Bei uns ist der Schnee inzwischen geschmolzen – endlich! – die Bürgersteige sind wieder begehbar und es sprießen immer mehr Frühlingsblumen in den Beeten (wie auch amerikanische Flaggen in den Vorgärten). Die Amis holen schon beim ersten Sonnenstrahl ihre Sommersachen raus, während wir noch mit Wintermantel herumlaufen. Selbst die kleinsten Kinder werden barfuß und ärmellos auf den Spielplatz geschickt. Als deutsche Mutter schüttelt es mich da … In vielen Bereichen läuft es schon etwas runder und wir haben in einen ersten Alltag gefunden, der vieles erleichtert.

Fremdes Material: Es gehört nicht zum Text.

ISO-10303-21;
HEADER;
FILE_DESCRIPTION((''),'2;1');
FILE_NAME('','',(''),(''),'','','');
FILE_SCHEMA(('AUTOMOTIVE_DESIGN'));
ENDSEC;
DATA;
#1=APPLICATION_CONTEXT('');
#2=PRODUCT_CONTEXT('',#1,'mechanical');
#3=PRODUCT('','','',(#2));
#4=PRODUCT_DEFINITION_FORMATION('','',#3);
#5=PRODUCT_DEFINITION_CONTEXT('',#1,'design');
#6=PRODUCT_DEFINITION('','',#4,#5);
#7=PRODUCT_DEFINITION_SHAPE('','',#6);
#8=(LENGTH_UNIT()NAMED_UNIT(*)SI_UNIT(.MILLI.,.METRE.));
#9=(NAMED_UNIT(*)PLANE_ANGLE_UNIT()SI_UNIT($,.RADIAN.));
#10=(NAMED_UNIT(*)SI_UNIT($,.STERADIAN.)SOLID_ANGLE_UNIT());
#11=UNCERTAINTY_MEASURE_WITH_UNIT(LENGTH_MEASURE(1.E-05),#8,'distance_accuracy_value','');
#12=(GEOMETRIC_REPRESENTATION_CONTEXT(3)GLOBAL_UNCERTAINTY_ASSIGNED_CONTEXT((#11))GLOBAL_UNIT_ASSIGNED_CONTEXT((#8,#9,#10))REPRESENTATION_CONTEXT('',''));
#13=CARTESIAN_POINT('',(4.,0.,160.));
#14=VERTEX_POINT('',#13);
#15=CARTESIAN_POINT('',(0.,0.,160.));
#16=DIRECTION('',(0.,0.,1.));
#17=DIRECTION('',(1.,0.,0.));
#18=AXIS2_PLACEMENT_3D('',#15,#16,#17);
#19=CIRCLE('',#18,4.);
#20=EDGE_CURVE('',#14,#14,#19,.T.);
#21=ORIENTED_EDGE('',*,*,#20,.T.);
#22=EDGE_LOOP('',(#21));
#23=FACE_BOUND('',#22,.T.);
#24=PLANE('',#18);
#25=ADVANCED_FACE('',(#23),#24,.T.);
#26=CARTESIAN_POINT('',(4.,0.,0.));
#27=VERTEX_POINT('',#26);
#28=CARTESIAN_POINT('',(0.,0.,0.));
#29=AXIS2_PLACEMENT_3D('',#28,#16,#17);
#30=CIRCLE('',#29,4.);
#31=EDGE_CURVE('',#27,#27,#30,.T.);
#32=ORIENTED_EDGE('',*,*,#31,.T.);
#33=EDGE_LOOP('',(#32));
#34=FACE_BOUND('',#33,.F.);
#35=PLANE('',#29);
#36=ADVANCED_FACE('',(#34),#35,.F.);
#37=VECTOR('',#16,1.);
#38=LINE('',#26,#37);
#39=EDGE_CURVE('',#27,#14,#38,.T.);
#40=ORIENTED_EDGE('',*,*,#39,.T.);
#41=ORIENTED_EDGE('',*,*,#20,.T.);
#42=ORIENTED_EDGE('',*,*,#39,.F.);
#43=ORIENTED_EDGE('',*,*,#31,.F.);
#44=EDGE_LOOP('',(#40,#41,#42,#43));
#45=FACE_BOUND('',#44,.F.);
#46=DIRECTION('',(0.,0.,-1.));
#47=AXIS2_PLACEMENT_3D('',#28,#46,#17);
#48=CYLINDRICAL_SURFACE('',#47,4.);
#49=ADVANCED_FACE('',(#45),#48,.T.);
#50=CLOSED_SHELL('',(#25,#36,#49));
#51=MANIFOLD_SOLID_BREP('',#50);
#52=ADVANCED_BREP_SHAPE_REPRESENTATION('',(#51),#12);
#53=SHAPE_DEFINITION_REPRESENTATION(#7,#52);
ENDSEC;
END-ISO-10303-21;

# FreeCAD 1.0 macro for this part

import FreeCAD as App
import Part
import Sketcher

V = App.Vector
Q = App.Units.Quantity

doc = App.newDocument("Part")
body = doc.addObject("PartDesign::Body", "Body")

# Sketch on XY plane
sketch1 = doc.addObject("Sketcher::SketchObject", "Sketch")
body.addObject(sketch1)
sketch1.AttachmentSupport = (doc.XY_Plane, [""])
sketch1.MapMode = "FlatFace"
sketch1.addGeometry(Part.Circle(V(0, 0, 0), V(0, 0, 1), 4), False)
sketch1.addConstraint(Sketcher.Constraint("Coincident", 0, 3, -1, 1))
sketch1.addConstraint(Sketcher.Constraint("Diameter", 0, Q("8 mm")))
pad1 = doc.addObject("PartDesign::Pad", "Pad")
body.addObject(pad1)
pad1.Profile = sketch1
pad1.Length = 160

doc.recompute()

Wir lernen im Moment jeden Tag etwas Neues
Dennoch haben wir zurzeit eine steile Lernkurve in Bezug auf die Eigenheiten der Amerikaner/innen – vieles betrifft unser Leben als Familie mit kleinen Kindern so unmittelbar, dass es großen Einfluss auf unseren Alltag hat. Wer Lust hat, diese Lernkurve selbst nachzuempfinden, kann gerne unser kleines Quiz machen. Auf die Idee mit den Fragen bin ich übrigens durch meine New Jersey-Führerscheinprüfung gekommen, die ich erfolgreich vor zwei Wochen hinter mich gebracht habe – es war ein Hochgenuss für mich, mal wieder mit vollkommen vorhersehbaren, trockenen Fakten zu tun zu haben 🙂
Auflösung zu Frage 1 – Der März ist grün!

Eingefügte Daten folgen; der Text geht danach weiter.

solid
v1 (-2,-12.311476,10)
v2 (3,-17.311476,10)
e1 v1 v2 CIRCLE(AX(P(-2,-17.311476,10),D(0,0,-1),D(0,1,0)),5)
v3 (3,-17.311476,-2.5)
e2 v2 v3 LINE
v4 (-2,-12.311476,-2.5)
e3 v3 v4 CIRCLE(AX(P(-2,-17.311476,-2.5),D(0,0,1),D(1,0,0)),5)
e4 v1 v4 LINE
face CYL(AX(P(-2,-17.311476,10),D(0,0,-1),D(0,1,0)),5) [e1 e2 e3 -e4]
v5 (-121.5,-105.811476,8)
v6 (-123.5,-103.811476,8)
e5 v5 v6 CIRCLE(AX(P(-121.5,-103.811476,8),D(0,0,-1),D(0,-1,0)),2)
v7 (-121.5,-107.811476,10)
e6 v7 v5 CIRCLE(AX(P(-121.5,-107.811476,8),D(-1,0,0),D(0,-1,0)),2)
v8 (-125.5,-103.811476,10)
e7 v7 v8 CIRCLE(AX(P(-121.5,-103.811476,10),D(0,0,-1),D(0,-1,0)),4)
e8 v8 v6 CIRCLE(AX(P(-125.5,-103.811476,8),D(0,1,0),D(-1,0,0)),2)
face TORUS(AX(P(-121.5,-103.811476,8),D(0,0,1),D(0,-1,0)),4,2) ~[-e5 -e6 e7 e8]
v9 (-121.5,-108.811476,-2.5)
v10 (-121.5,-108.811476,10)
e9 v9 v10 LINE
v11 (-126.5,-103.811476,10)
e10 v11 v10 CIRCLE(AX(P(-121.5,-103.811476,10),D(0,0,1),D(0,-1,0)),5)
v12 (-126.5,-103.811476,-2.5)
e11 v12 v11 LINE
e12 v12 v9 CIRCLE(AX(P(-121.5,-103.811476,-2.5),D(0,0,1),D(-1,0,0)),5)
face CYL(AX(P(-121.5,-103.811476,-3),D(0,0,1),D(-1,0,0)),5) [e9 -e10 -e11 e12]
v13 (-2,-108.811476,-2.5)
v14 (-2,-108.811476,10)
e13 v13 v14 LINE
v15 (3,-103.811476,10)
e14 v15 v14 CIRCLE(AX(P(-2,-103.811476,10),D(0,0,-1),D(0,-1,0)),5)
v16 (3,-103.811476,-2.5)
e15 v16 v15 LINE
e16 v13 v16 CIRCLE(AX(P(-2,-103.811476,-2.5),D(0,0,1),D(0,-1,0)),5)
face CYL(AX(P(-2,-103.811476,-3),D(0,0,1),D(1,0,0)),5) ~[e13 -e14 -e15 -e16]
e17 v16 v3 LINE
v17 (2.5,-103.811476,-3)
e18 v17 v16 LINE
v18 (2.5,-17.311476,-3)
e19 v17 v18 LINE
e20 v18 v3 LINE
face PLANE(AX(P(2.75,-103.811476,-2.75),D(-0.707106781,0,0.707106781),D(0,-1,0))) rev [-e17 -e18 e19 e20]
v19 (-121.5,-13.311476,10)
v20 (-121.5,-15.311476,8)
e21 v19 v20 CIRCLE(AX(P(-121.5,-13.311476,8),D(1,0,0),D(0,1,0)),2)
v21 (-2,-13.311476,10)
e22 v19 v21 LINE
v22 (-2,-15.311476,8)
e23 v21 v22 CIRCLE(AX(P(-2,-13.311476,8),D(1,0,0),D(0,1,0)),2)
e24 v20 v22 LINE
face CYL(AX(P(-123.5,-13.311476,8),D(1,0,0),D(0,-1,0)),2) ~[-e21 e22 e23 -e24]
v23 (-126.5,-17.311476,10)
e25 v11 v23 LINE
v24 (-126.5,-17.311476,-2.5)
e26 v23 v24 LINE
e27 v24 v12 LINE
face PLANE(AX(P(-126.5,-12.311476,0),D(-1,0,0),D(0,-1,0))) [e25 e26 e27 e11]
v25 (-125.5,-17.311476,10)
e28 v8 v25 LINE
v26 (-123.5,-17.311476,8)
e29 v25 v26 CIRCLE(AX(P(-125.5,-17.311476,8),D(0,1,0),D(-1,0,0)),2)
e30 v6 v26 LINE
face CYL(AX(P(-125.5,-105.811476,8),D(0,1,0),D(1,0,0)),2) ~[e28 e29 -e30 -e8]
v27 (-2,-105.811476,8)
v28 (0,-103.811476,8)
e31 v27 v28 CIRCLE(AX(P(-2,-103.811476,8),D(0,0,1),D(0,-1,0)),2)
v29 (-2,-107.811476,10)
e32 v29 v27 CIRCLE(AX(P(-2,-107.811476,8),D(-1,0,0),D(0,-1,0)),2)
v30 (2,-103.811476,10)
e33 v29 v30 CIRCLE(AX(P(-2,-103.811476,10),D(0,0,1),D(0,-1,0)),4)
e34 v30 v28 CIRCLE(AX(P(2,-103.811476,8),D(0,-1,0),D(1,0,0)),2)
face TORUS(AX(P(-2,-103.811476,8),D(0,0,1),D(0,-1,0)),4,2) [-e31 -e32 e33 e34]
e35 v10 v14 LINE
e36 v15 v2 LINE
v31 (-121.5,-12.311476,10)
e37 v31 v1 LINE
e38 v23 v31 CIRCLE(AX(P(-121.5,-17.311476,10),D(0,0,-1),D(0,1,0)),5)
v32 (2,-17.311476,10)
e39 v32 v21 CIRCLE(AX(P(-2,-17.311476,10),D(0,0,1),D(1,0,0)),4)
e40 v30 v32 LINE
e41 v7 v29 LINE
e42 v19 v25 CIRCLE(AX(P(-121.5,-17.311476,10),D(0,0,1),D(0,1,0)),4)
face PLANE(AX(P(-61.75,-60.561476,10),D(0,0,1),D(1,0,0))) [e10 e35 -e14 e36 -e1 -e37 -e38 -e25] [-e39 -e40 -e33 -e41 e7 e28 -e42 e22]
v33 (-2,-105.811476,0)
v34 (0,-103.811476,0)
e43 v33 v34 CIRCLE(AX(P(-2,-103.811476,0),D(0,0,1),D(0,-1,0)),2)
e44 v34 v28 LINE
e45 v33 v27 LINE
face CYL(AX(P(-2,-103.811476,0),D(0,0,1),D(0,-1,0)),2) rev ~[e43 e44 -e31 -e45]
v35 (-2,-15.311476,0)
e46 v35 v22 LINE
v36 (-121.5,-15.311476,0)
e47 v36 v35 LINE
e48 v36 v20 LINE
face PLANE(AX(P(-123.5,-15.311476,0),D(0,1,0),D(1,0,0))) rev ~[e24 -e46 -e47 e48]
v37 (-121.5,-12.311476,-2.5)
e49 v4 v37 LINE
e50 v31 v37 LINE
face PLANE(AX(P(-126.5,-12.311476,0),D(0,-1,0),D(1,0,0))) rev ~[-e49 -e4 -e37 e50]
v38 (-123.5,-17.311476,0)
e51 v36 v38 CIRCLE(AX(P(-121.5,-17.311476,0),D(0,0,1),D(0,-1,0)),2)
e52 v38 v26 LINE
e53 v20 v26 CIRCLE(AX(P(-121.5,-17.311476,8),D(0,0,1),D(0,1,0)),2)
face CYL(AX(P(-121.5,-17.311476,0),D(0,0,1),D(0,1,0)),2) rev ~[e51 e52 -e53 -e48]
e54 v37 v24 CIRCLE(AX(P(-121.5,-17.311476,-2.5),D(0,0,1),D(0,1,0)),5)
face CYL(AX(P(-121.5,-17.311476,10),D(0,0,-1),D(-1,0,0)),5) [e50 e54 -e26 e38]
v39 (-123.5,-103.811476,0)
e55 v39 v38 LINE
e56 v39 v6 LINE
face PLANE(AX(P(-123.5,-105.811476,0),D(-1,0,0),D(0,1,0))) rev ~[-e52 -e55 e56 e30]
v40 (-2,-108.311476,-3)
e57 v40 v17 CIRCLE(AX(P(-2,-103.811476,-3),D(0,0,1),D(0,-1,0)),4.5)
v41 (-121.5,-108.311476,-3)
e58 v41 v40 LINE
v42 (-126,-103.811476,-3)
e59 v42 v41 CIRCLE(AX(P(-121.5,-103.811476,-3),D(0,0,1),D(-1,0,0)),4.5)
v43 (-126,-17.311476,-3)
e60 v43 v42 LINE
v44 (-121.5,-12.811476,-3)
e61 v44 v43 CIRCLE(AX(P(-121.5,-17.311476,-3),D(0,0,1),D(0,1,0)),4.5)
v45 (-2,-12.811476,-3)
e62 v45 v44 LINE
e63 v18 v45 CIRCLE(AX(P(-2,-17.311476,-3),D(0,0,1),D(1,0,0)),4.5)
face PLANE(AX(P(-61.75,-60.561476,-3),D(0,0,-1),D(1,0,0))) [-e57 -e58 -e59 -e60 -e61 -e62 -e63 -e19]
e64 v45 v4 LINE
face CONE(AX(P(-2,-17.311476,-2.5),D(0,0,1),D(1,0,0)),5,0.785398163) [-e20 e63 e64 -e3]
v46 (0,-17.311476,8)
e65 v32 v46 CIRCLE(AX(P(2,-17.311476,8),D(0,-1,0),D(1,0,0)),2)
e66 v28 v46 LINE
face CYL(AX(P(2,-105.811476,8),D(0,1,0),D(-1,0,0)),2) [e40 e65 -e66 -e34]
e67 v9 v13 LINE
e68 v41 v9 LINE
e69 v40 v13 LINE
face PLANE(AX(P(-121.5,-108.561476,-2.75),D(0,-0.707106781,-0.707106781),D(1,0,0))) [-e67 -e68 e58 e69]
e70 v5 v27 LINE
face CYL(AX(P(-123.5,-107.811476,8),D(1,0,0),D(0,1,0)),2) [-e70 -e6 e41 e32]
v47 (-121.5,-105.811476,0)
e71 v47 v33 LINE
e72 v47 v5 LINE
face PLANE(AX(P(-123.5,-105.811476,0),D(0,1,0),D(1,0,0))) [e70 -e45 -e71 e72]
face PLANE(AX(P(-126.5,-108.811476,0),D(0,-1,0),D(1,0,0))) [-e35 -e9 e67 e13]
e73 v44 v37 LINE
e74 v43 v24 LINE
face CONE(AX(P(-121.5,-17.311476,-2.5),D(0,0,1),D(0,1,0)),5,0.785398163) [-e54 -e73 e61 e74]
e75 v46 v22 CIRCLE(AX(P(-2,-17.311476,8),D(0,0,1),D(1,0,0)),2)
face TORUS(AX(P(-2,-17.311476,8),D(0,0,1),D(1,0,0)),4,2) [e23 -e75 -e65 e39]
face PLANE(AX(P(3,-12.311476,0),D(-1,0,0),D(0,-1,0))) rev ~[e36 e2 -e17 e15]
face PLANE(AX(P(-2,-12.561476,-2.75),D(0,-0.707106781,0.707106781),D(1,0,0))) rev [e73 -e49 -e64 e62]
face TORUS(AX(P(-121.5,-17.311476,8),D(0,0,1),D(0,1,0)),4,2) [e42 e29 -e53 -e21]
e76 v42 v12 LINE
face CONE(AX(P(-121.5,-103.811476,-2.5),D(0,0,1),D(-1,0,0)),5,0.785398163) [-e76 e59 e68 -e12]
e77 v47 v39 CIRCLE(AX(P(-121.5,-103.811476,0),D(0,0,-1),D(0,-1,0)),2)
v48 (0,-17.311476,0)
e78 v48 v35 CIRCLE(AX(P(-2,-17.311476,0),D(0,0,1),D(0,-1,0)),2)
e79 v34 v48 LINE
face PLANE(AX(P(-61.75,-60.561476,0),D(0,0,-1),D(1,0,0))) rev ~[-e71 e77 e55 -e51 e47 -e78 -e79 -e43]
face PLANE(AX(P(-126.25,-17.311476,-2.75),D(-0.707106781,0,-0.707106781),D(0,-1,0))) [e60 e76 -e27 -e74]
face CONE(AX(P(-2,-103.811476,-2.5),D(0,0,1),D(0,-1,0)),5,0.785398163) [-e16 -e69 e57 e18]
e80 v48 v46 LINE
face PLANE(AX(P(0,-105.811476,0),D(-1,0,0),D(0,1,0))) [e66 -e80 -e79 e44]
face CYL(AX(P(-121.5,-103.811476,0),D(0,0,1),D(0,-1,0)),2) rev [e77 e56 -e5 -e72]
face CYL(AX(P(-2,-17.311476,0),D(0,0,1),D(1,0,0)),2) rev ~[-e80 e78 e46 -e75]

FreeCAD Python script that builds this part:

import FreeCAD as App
import Part
import Sketcher
from FreeCAD import Vector
Q = App.Units.Quantity


def edges_at(feature, points):
    """Names of the edges that pass closest to the given points."""
    edges = feature.Shape.Edges
    near = lambda p: min(range(len(edges)), key=lambda i: edges[i].distToShape(Part.Vertex(*p))[0])
    return sorted({f"Edge{near(p) + 1}" for p in points})

doc = App.newDocument("Part")
body = doc.addObject("PartDesign::Body", "Body")

sketch1 = body.newObject("Sketcher::SketchObject", "Sketch")
sketch1.AttachmentSupport = (doc.getObject("XY_Plane"), [""])
sketch1.MapMode = "FlatFace"
sketch1.addGeometry([
    Part.LineSegment(Vector(-126, -12, 0), Vector(-126, -109, 0)),
    Part.LineSegment(Vector(-126, -109, 0), Vector(3, -109, 0)),
    Part.LineSegment(Vector(3, -109, 0), Vector(3, -12, 0)),
    Part.LineSegment(Vector(3, -12, 0), Vector(-126, -12, 0)),
    Part.LineSegment(Vector(0, -106, 0), Vector(-124, -106, 0)),
    Part.LineSegment(Vector(-124, -106, 0), Vector(-124, -15, 0)),
    Part.LineSegment(Vector(-124, -15, 0), Vector(0, -15, 0)),
    Part.LineSegment(Vector(0, -15, 0), Vector(0, -106, 0)),
], False)
sketch1.addConstraint([
    Sketcher.Constraint("Coincident", 0, 2, 1, 1),
    Sketcher.Constraint("Coincident", 1, 2, 2, 1),
    Sketcher.Constraint("Coincident", 2, 2, 3, 1),
    Sketcher.Constraint("Coincident", 3, 2, 0, 1),
    Sketcher.Constraint("Coincident", 4, 2, 5, 1),
    Sketcher.Constraint("Coincident", 5, 2, 6, 1),
    Sketcher.Constraint("Coincident", 6, 2, 7, 1),
    Sketcher.Constraint("Coincident", 7, 2, 4, 1),
    Sketcher.Constraint("Vertical", 0),
    Sketcher.Constraint("Horizontal", 1),
    Sketcher.Constraint("Vertical", 2),
    Sketcher.Constraint("Horizontal", 3),
    Sketcher.Constraint("Horizontal", 4),
    Sketcher.Constraint("Vertical", 5),
    Sketcher.Constraint("Horizontal", 6),
    Sketcher.Constraint("Vertical", 7),
    Sketcher.Constraint("PointOnObject", 6, 2, -2),
    Sketcher.Constraint("DistanceX", 1, 1, 1, 2, Q("129.5 mm")),
    Sketcher.Constraint("DistanceX", 4, 2, 4, 1, Q("123.5 mm")),
    Sketcher.Constraint("DistanceY", 0, 2, 0, 1, Q("96.5 mm")),
    Sketcher.Constraint("DistanceY", 5, 1, 5, 2, Q("90.5 mm")),
    Sketcher.Constraint("DistanceX", -1, 1, 1, 2, Q("3 mm")),
    Sketcher.Constraint("DistanceY", 0, 2, 4, 2, Q("3 mm")),
    Sketcher.Constraint("DistanceY", 0, 2, -1, 1, Q("108.811476 mm")),
])
pad1 = body.newObject("PartDesign::Pad", "Pad")
pad1.Profile = sketch1
pad1.Length = 10
doc.recompute()

fillet = body.newObject("PartDesign::Fillet", "Fillet")
fillet.Base = (pad1, edges_at(pad1, [
    (-123.5, -105.811, 5),
    (-61.75, -105.811, 10),
    (-61.75, -15.311, 10),
    (-123.5, -60.561, 10),
    (0, -15.311, 5),
    (0, -60.561, 10),
    (0, -105.811, 5),
    (-123.5, -15.311, 5),
]))
fillet.Radius = 2

sketch2 = body.newObject("Sketcher::SketchObject", "Sketch001")
sketch2.AttachmentSupport = (doc.getObject("XY_Plane"), [""])
sketch2.MapMode = "FlatFace"
sketch2.addGeometry([
    Part.LineSegment(Vector(-126, -109, 0), Vector(-126, -12, 0)),
    Part.LineSegment(Vector(-126, -12, 0), Vector(3, -12, 0)),
    Part.LineSegment(Vector(3, -12, 0), Vector(3, -109, 0)),
    Part.LineSegment(Vector(3, -109, 0), Vector(-126, -109, 0)),
], False)
sketch2.addConstraint([
    Sketcher.Constraint("Coincident", 0, 2, 1, 1),
    Sketcher.Constraint("Coincident", 1, 2, 2, 1),
    Sketcher.Constraint("Coincident", 2, 2, 3, 1),
    Sketcher.Constraint("Coincident", 3, 2, 0, 1),
    Sketcher.Constraint("Vertical", 0),
    Sketcher.Constraint("Horizontal", 1),
    Sketcher.Constraint("Vertical", 2),
    Sketcher.Constraint("Horizontal", 3),
    Sketcher.Constraint("DistanceX", 1, 1, 1, 2, Q("129.5 mm")),
    Sketcher.Constraint("DistanceY", 0, 1, 0, 2, Q("96.5 mm")),
    Sketcher.Constraint("DistanceX", -1, 1, 1, 2, Q("3 mm")),
    Sketcher.Constraint("DistanceY", 0, 2, -1, 1, Q("12.311476 mm")),
])
pad2 = body.newObject("PartDesign::Pad", "Pad001")
pad2.Profile = sketch2
pad2.Length = 3
pad2.Reversed = True
doc.recompute()

fillet2 = body.newObject("PartDesign::Fillet", "Fillet001")
fillet2.Base = (pad2, edges_at(pad2, [
    (-126.5, -108.811, 3.5),
    (3, -108.811, 3.5),
    (3, -12.311, 3.5),
    (-126.5, -12.311, 3.5),
]))
fillet2.Radius = 5
doc.recompute()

Ich war beim Einkaufen vollkommen überrascht, als diesen Monat auf einmal überall grünes Essen auftauchte – grüne Bagels, grüne Cupcakes und Eier, sogar der Käse war auf einmal grün. Der ganze Zauber hat ursprünglich gar nichts mit Amerika zu tun, sondern mit dem Schutzpatron der Iren, St. Patrick. Er soll am 17. März im fünften Jahrhundert gestorben sein, und seitdem wird jedes Jahr am 17. März in Irland dieses Mannes gedacht und er wird mit Straßenumzügen gefeiert. Im 18. Jahrhundert brachten irische Immigrant/innen den Brauch mit nach Amerika und seitdem steht der März auch hier im Zeichen des irischen Nationalhelden – zumindest überall da, wo Amerikaner/innen mit irischen Wurzeln leben – und das sind immerhin knapp 40 Millionen. Irland in New Jersey An vielen Häusern in Morristown hängt zurzeit die irische Fahne (orange, weiß, grün) in trauter Eintracht direkt neben der US-Flagge, viele Leute laufen in grünen Klamotten herum und unsere Nachbarn/innen fragen sich am bus stop gegenseitig: „Are you Irish?“ Es ist sehr sympathisch zu sehen, dass trotz unerschütterlichem Patriotismus eine andere Nationalität hier fröhlich von vielen gefeiert wird – ein neuer Blick aufs Land für mich. Übrigens färben sie in Chicago gleich den ganzen Fluss grün ein! Und wie wohl ein grünes Bier so schmeckt? Ich hab’s nicht ausprobiert und bin stattdessen beim örtlichen 5-km-St. Patrick-Lauf mitgelaufen – beim Start gab´s für alle Läufer/innen ein T-Shirt mit grünem dreiblättrigem Kleeblatt drauf. Ostern dagegen ist hier Nebensache, man sieht kaum easter bunnies oder Ostereier in den Läden. Man muss schon selbst dran denken, sonst könnte man es glatt verpassen. Wir hatten gerade eine Woche spring break (Frühjahrsferien) und morgen, Ostermontag, geht’s für uns alle schon wieder zurück in den Alltag – Schule, preschool, Arbeiten – ungewohnt und komisch.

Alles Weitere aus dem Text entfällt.